Excerpts

From the chapter “The Chronically Addicted Masturbator”

When the lockdown started, I began working from home and bating more than ever. Online I was doubling down with my talk about being a chronically addicted masturbator and experimenting with just how much I could bate now that I didn’t have that gosh darn commute. On Twitter I began using the hashtag #hypersexual, and on BateWorld, I promoted the hell out of the Chronically Addicted Masturbators group. Just the admission of being a chronically addicted bator was an aphrodisiac. Through the group, I find so many men who fundamentally get it. We literally want dick to rule our lives. How far do these online strangers really take it? I ask them questions, like, “Do you have a job?” “Do you have any friends in the real world left?” The idea of being unemployed to bate all day, losing all your friends, collectively makes our dicks jump.

In a way, I was rebelling against a world that would like to lock down my sexuality, put it neatly into a box and make it palatable. My sexuality is pathological in their eyes. My sexuality challenges people. When I’m in the bate zone, all political correctness goes out the window and down the street. The dirtiest (and always legal) porn was my entry into another hemisphere of my brain. I was drinking whiskey like a fish and smoking my lungs out. I was trying on hedonism to the max, and it was a warm cloak. But I wondered: If I didn’t have to tear myself away from bating to do my job, would that cloak begin to feel like a straitjacket?

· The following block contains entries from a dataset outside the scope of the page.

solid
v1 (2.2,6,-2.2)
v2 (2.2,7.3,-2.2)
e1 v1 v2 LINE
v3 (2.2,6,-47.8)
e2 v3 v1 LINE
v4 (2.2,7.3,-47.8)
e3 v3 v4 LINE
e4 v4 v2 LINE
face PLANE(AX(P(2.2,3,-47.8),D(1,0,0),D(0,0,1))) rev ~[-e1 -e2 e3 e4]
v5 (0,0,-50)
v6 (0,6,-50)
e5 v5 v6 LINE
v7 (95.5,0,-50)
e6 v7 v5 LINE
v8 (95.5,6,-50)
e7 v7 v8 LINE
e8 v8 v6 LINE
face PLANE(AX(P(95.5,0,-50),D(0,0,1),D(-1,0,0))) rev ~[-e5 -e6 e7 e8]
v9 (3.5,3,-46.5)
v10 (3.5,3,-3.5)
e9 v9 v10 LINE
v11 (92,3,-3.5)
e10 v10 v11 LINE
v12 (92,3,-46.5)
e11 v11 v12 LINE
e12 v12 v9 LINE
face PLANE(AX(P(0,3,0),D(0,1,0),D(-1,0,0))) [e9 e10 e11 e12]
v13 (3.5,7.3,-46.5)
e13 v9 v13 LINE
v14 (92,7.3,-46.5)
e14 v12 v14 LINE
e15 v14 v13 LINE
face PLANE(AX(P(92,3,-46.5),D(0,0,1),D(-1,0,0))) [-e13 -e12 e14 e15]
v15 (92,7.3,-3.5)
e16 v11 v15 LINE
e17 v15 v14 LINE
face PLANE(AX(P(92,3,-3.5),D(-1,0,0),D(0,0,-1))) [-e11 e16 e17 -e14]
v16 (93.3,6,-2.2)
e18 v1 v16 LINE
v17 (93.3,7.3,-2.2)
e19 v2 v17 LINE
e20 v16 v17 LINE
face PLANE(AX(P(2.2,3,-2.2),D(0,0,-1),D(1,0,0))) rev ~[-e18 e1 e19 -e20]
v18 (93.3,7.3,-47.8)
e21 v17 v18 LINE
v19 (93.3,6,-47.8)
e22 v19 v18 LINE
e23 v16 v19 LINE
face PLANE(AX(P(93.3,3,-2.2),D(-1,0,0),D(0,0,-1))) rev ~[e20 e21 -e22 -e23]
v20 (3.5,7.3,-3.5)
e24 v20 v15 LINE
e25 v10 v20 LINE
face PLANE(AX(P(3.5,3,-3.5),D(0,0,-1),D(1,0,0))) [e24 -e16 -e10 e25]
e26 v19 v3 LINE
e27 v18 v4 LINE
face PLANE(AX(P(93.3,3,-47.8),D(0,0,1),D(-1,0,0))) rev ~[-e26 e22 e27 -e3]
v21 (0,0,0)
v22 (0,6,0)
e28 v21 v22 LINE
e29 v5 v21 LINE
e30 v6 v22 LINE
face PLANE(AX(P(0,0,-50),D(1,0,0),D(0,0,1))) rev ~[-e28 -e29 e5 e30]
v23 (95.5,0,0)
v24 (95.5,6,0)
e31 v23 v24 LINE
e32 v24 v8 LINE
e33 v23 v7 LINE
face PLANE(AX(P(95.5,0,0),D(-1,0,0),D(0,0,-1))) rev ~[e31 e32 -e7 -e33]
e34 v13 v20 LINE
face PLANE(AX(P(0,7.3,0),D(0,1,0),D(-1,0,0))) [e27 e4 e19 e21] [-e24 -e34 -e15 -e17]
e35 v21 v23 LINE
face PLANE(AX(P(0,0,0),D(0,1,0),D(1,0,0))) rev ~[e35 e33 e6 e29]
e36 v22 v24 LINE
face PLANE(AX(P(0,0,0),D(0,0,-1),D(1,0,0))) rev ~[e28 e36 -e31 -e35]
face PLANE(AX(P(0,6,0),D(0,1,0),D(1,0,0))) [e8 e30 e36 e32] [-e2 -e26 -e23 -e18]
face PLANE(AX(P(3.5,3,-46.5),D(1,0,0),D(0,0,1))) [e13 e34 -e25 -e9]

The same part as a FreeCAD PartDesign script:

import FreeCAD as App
import Part
import Sketcher

V = App.Vector
Q = App.Units.Quantity


def add_polygon(sketch, points):
    """Adds a closed chain of lines whose ends are joined by coincident constraints."""
    first, n = sketch.GeometryCount, len(points)
    for a, b in zip(points, points[1:] + points[:1]):
        sketch.addGeometry(Part.LineSegment(App.Vector(*a, 0), App.Vector(*b, 0)), False)
    for i in range(n):
        sketch.addConstraint(Sketcher.Constraint("Coincident", first + i, 2, first + (i + 1) % n, 1))

doc = App.newDocument("Part")
params = doc.addObject("Spreadsheet::Sheet", "Params")
for row, (alias, value) in enumerate([
    ("sketch1_height", "50 mm"),
    ("sketch1_width", "95.5 mm"),
    ("pad1_length", "6 mm"),
    ("sketch2_width", "91.1 mm"),
    ("sketch2_height", "45.6 mm"),
    ("pocket1_length", "3 mm"),
    ("sketch3_height", "43 mm"),
    ("sketch3_width", "88.5 mm"),
    ("sketch3_width2", "91.1 mm"),
    ("sketch3_height2", "45.6 mm"),
    ("pad2_length", "4.3 mm"),
], start=1):
    params.set(f"A{row}", alias)
    params.set(f"B{row}", "=" + value)
    params.setAlias(f"B{row}", alias)

body = doc.addObject("PartDesign::Body", "Body")

sketch1 = body.newObject("Sketcher::SketchObject", "Sketch")
sketch1.AttachmentSupport = (doc.getObject("XZ_Plane"), [""])
sketch1.MapMode = "FlatFace"
add_polygon(sketch1, [(0, -50), (0, 0), (96, 0), (96, -50)])
sketch1.addConstraint([
    Sketcher.Constraint("Vertical", 0),
    Sketcher.Constraint("Horizontal", 1),
    Sketcher.Constraint("Vertical", 2),
    Sketcher.Constraint("Horizontal", 3),
    Sketcher.Constraint("Coincident", 0, 2, -1, 1),
    Sketcher.Constraint("DistanceY", 0, 1, 0, 2, Q("50 mm")),
    Sketcher.Constraint("DistanceX", 1, 1, 1, 2, Q("95.5 mm")),
])
sketch1.setExpression("Constraints[9]", "Params.sketch1_height")
sketch1.setExpression("Constraints[10]", "Params.sketch1_width")
pad1 = body.newObject("PartDesign::Pad", "Pad")
pad1.Profile = sketch1
pad1.setExpression("Length", "Params.pad1_length")
pad1.Reversed = True

sketch2 = body.newObject("Sketcher::SketchObject", "Sketch001")
sketch2.AttachmentSupport = (doc.getObject("XZ_Plane"), [""])
sketch2.MapMode = "FlatFace"
sketch2.AttachmentOffset = App.Placement(V(0, 0, -6), App.Rotation())
add_polygon(sketch2, [(2, -48), (2, -2), (93, -2), (93, -48)])
sketch2.addConstraint([
    Sketcher.Constraint("Vertical", 0),
    Sketcher.Constraint("Horizontal", 1),
    Sketcher.Constraint("Vertical", 2),
    Sketcher.Constraint("Horizontal", 3),
    Sketcher.Constraint("DistanceX", 1, 1, 1, 2, Q("91.1 mm")),
    Sketcher.Constraint("DistanceY", 0, 1, 0, 2, Q("45.6 mm")),
    Sketcher.Constraint("DistanceX", -1, 1, 0, 2, Q("2.2 mm")),
    Sketcher.Constraint("DistanceY", 0, 2, -1, 1, Q("2.2 mm")),
])
sketch2.setExpression("Constraints[8]", "Params.sketch2_width")
sketch2.setExpression("Constraints[9]", "Params.sketch2_height")
pocket1 = body.newObject("PartDesign::Pocket", "Pocket")
pocket1.Profile = sketch2
pocket1.setExpression("Length", "Params.pocket1_length")
pocket1.Reversed = True

sketch3 = body.newObject("Sketcher::SketchObject", "Sketch002")
sketch3.AttachmentSupport = (doc.getObject("XZ_Plane"), [""])
sketch3.MapMode = "FlatFace"
sketch3.AttachmentOffset = App.Placement(V(0, 0, -3), App.Rotation())
add_polygon(sketch3, [(93, -48), (2, -48), (2, -2), (93, -2)])
add_polygon(sketch3, [(92, -4), (4, -4), (4, -46), (92, -46)])
sketch3.addConstraint([
    Sketcher.Constraint("Horizontal", 0),
    Sketcher.Constraint("Vertical", 1),
    Sketcher.Constraint("Horizontal", 2),
    Sketcher.Constraint("Vertical", 3),
    Sketcher.Constraint("Horizontal", 4),
    Sketcher.Constraint("Vertical", 5),
    Sketcher.Constraint("Horizontal", 6),
    Sketcher.Constraint("Vertical", 7),
    Sketcher.Constraint("DistanceY", 5, 2, 5, 1, Q("43 mm")),
    Sketcher.Constraint("DistanceX", 4, 2, 4, 1, Q("88.5 mm")),
    Sketcher.Constraint("DistanceX", 0, 2, 0, 1, Q("91.1 mm")),
    Sketcher.Constraint("DistanceY", 1, 1, 1, 2, Q("45.6 mm")),
    Sketcher.Constraint("DistanceX", -1, 1, 6, 2, Q("92 mm")),
    Sketcher.Constraint("DistanceX", -1, 1, 0, 2, Q("2.2 mm")),
    Sketcher.Constraint("DistanceY", 0, 2, -1, 1, Q("47.8 mm")),
    Sketcher.Constraint("DistanceY", 4, 2, -1, 1, Q("3.5 mm")),
])
sketch3.setExpression("Constraints[16]", "Params.sketch3_height")
sketch3.setExpression("Constraints[17]", "Params.sketch3_width")
sketch3.setExpression("Constraints[18]", "Params.sketch3_width2")
sketch3.setExpression("Constraints[19]", "Params.sketch3_height2")
pad2 = body.newObject("PartDesign::Pad", "Pad001")
pad2.Profile = sketch3
pad2.setExpression("Length", "Params.pad2_length")
pad2.Reversed = True

doc.recompute()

From the chapter “Times Square”

Nervously, I phoned a number on an ad. A friendly voice on the other end of the line shared these details: “The orgy will take place at such-and-such hotel in Times Square. Don’t be late; admission will be refused after 10 p.m. Do not ask anything of the front desk. When you knock, the person who answers the door will decide then and there whether you will be allowed entry. There will be a small fee.”

That rainy Friday night, I was as excited as if it were my wedding night. I stopped first at The Eight of Clubs for some liquid courage (did I mention staff could drink for free?) and downed an Orgasm, of all drinks. I ran into Ron, and told him, and him alone, what I was about to do. He said he’d never have the courage. A short subway ride to Times Square, and I found myself running in a downpour, worried that I’d be late. If I missed this opportunity, I wasn’t sure I would ever have the courage to try again. I was
terrified, too, that I would be turned away at the door.

I entered the hotel lobby and felt like a criminal. There I was, riding the elevator with regular civilians who had no idea I was on my way to a bacchanalian fest. My heart pounding in my chest, I kept thinking that I could turn back at any time, but my feet took me to the door and my hand knocked by its own volition.

And against all odds, I was allowed in.